Deleting MeCP2 triggers features of the disorder in a mouse model, but scientists are still trying to unravel the mutations’ molecular and cellular consequences.

Yi Eve Sun and her colleagues at the University of California, Los Angeles, infected neural progenitor cells with a virus containing a molecule that lowers MeCP2 expression. They then let the cells differentiate into neurons.

When they measured the electrical activity of the MeCP2-deficient neurons, the researchers saw that many more of them are inhibitory, rather than excitatory, compared with control neurons. To ensure that the effect is a result of MeCP2 loss, the researchers added the gene back into the neurons, which triggered the cells to more closely resemble control neurons.

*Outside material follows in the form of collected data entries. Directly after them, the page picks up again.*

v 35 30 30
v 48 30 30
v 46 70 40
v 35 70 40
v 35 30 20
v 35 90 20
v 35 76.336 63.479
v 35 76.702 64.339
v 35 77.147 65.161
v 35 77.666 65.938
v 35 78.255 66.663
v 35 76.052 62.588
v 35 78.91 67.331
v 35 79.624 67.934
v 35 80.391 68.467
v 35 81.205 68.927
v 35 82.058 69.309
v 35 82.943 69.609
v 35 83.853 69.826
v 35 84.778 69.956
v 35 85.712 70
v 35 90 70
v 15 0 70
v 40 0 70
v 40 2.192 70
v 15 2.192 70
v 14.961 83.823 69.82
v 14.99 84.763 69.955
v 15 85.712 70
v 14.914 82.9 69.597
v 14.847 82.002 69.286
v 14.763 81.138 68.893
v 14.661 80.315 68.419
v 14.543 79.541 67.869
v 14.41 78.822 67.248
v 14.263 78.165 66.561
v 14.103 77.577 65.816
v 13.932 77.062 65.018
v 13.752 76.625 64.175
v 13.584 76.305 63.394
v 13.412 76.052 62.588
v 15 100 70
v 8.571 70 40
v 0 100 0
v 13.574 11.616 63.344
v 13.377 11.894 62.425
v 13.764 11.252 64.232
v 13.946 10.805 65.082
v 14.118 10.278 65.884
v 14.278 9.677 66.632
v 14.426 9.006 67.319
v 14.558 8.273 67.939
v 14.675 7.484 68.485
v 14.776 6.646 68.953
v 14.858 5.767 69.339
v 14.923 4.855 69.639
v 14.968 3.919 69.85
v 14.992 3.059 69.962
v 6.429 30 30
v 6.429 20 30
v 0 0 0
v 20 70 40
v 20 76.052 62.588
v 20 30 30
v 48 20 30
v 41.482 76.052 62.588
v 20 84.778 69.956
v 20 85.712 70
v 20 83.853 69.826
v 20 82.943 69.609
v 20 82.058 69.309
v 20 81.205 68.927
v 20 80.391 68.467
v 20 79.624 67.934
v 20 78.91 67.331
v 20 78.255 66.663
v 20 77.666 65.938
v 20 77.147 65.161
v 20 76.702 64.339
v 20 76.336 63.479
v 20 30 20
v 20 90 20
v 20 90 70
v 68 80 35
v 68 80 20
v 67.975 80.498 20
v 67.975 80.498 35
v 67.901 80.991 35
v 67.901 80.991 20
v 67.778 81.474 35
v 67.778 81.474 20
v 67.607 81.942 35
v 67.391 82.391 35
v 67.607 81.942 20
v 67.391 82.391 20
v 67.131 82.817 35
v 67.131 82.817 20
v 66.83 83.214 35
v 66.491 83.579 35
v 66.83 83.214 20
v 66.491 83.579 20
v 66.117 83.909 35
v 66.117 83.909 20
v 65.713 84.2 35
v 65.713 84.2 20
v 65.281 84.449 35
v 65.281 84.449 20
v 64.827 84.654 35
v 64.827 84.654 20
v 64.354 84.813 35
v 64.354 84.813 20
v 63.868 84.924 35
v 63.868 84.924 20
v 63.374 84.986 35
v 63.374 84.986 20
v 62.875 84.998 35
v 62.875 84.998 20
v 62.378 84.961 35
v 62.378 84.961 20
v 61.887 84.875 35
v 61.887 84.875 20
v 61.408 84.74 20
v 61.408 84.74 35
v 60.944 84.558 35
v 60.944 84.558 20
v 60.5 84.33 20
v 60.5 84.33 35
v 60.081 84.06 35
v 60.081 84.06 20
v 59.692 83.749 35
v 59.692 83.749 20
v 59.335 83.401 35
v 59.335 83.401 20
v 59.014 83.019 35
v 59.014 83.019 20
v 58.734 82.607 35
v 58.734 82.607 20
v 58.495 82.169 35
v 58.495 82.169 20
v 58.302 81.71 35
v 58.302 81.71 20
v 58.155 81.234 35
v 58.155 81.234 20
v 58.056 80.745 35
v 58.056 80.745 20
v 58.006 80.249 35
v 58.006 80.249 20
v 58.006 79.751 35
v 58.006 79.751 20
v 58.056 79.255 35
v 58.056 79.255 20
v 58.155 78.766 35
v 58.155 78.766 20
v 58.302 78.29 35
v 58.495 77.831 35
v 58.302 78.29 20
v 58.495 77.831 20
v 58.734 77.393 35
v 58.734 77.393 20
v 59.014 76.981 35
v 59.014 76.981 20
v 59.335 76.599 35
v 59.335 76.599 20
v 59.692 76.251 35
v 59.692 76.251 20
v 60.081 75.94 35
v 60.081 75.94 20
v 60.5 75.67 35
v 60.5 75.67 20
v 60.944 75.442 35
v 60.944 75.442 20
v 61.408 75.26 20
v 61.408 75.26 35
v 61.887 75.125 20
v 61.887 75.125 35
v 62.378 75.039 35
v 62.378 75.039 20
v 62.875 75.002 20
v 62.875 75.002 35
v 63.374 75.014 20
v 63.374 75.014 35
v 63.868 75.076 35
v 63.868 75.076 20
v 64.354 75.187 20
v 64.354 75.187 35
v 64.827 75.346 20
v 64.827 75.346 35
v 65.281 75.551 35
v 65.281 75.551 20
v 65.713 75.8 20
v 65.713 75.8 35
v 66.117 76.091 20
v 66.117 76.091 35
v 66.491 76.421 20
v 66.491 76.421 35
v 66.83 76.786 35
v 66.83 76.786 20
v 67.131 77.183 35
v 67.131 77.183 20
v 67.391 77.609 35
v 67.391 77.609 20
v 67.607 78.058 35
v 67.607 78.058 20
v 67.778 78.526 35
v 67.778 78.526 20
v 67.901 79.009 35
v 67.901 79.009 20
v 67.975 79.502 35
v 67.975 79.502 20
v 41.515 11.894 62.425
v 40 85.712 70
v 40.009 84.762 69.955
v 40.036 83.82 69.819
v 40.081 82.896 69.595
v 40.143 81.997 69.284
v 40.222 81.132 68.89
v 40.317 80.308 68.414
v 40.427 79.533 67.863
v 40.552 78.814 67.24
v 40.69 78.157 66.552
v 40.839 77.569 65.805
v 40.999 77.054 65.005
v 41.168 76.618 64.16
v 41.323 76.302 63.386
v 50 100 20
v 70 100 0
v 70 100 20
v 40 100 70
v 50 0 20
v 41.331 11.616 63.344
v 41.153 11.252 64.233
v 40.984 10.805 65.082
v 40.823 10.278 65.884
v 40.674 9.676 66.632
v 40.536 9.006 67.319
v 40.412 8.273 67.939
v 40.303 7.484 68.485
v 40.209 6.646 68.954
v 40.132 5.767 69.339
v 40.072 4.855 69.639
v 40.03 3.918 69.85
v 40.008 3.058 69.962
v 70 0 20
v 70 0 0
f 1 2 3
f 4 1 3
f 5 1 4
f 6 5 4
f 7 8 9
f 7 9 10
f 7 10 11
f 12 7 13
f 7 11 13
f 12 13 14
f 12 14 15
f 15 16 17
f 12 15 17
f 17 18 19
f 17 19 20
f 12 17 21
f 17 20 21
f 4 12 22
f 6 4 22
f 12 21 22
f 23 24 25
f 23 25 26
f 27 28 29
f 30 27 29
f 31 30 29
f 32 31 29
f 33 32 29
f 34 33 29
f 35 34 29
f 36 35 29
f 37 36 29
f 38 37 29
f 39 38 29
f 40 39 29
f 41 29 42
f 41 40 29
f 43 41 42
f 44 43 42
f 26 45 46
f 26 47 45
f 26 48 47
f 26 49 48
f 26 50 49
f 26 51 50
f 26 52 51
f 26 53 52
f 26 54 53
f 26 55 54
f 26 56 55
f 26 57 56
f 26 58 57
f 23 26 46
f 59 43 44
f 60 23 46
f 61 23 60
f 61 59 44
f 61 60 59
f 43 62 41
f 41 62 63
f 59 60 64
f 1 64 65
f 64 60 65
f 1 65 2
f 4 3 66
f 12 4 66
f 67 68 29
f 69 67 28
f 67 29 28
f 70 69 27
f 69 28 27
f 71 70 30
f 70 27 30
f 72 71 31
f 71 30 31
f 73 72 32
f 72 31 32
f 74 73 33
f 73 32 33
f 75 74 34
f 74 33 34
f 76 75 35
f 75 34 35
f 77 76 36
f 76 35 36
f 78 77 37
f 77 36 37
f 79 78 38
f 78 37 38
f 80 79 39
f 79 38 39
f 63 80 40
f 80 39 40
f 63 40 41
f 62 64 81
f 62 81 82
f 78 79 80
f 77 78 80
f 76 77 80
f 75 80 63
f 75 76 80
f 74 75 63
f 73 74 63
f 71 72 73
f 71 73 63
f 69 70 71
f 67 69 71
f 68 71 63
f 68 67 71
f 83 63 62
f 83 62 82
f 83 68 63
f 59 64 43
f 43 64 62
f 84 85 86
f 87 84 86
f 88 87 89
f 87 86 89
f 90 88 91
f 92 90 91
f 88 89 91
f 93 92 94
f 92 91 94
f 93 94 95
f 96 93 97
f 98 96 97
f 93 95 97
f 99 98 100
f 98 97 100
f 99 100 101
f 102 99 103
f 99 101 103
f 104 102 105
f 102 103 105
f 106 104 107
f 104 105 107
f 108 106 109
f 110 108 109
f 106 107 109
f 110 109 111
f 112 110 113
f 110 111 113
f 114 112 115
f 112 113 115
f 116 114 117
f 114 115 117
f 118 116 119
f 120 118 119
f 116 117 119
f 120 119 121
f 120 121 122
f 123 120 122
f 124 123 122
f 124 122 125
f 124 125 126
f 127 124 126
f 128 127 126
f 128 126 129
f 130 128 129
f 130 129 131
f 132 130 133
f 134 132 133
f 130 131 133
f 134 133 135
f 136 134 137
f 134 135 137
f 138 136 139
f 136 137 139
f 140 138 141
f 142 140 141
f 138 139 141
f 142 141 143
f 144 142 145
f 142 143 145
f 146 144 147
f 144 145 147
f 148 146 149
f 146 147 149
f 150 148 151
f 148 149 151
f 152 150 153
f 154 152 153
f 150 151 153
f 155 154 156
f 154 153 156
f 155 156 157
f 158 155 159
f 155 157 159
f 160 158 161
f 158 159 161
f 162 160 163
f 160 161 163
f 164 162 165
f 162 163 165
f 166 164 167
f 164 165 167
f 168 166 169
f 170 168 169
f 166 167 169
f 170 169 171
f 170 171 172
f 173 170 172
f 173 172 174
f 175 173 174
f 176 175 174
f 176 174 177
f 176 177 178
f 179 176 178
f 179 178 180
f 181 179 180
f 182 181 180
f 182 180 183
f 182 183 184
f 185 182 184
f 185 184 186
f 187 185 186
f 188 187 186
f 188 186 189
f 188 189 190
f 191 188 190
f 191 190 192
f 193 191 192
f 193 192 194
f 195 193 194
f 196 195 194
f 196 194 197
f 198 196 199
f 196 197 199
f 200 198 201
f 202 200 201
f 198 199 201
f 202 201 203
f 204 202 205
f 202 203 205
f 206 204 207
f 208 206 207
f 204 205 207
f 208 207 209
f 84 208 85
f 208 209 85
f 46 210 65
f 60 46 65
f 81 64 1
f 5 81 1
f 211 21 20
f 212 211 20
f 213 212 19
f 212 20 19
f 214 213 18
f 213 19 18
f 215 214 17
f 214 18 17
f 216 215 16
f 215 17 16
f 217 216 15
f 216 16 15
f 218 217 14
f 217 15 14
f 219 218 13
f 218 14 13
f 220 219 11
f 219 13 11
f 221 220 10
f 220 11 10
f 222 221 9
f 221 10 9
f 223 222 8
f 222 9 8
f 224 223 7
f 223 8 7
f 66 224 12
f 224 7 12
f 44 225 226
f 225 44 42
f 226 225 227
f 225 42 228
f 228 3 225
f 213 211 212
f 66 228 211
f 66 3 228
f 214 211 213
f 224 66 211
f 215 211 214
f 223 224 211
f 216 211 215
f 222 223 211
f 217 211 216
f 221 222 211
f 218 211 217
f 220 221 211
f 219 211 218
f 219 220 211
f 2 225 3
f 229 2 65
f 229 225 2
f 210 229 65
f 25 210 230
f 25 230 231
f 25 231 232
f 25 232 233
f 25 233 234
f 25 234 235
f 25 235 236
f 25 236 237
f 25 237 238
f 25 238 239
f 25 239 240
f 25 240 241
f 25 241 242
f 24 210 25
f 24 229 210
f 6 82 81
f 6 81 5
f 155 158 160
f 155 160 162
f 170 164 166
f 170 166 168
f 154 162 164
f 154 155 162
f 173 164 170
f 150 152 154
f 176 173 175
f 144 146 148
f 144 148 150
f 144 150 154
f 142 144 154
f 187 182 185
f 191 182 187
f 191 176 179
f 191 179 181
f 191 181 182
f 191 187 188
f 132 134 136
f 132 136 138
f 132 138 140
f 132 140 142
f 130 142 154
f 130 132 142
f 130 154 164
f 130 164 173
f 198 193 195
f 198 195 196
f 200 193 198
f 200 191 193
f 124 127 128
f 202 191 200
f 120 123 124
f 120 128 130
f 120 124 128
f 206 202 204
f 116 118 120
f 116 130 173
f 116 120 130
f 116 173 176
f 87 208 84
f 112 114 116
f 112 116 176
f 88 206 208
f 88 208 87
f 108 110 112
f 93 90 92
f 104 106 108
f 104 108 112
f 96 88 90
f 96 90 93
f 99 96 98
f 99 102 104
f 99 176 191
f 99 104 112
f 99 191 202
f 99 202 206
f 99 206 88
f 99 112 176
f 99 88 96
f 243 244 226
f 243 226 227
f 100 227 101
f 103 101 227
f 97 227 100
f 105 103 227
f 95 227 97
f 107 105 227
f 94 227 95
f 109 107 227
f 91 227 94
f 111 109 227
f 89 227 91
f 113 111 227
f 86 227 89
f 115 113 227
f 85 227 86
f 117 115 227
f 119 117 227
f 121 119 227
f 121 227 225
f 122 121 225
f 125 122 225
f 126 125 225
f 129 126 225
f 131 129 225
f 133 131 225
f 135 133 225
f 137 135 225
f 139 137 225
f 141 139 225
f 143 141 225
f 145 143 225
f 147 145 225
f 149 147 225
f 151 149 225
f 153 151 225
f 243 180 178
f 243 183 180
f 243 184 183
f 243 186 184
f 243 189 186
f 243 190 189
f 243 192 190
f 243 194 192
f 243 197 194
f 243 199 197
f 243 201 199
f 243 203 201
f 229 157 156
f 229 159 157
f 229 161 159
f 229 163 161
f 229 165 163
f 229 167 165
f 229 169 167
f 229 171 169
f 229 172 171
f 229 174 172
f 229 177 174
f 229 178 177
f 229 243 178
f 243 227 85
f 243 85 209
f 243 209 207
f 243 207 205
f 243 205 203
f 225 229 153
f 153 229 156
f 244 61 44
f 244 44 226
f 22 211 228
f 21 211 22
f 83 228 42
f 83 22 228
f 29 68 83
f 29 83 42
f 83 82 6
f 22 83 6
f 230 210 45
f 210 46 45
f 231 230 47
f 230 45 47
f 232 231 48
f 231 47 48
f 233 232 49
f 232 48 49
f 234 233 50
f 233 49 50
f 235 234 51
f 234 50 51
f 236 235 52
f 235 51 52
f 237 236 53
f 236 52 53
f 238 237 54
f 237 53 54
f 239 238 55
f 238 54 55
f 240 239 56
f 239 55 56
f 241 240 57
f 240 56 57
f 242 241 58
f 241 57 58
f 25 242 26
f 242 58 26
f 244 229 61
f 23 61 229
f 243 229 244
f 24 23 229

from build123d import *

# Parameters (mm, degrees)
F1_DEPTH = 100
F3_DEPTH = 70.001
F4_R     = 10
F5_W     = 15
F5_H     = 60
F6_DEPTH = 50
F7_R     = 5
F8_DEPTH = 15


with BuildPart() as f1:
    # F0 (on Front) → F1 (new body)
    with BuildSketch(Plane.XZ):
        Polygon((15, 70), (0, 0), (70, 0), (70, 20), (50, 20), (40, 70), align=None)
    extrude(amount=-F1_DEPTH)

    # F2 (on face) → F3 (cut, through all)
    with BuildSketch(Plane.YZ.offset(70)):
        Polygon((78.038476, 70), (10, 70), (20, 30), (30, 30), (70, 40), align=None)
    extrude(amount=-F3_DEPTH, mode=Mode.SUBTRACT)

    # F4
    f4_edges = [f1.edges().sort_by_distance(p)[0] for p in [
        (27.5, 10, 70),
        (27.5, 78.038476, 70),
    ]]
    fillet(f4_edges, radius=F4_R)

    # F5 (on face) → F6 (cut)
    with BuildSketch(Plane.XY.offset(70)):
        with Locations((27.5, 60)):
            Rectangle(F5_W, F5_H)
    extrude(amount=-F6_DEPTH, mode=Mode.SUBTRACT)

    # F7 (on face) → F8 (join)
    with BuildSketch(Plane.XY.offset(20)):
        with Locations((63, 80)):
            Circle(F7_R)
    extrude(amount=F8_DEPTH)


solid = f1.part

“When the electrophysiologist first recorded these cells, he was shocked because he saw a very dramatic phenotype,” says Sun, an associate professor of psychiatry and biobehavioral sciences.

The imbalance of excitation and inhibition in the human brain may be more robust than that seen in the mouse brain, because Rett symptoms are much more dramatic in humans, Sun notes.

MeCP2 deficiency also increases and decreases the expression of many genes, the group found. Researchers are working to determine where in the genome MeCP2 binds to alter expression.

Surprisingly, about half of the time, the protein binds to spaces in between genes, according to unpublished results. In that case, Sun says, it will be difficult to figure out exactly which genes MeCP2 regulates.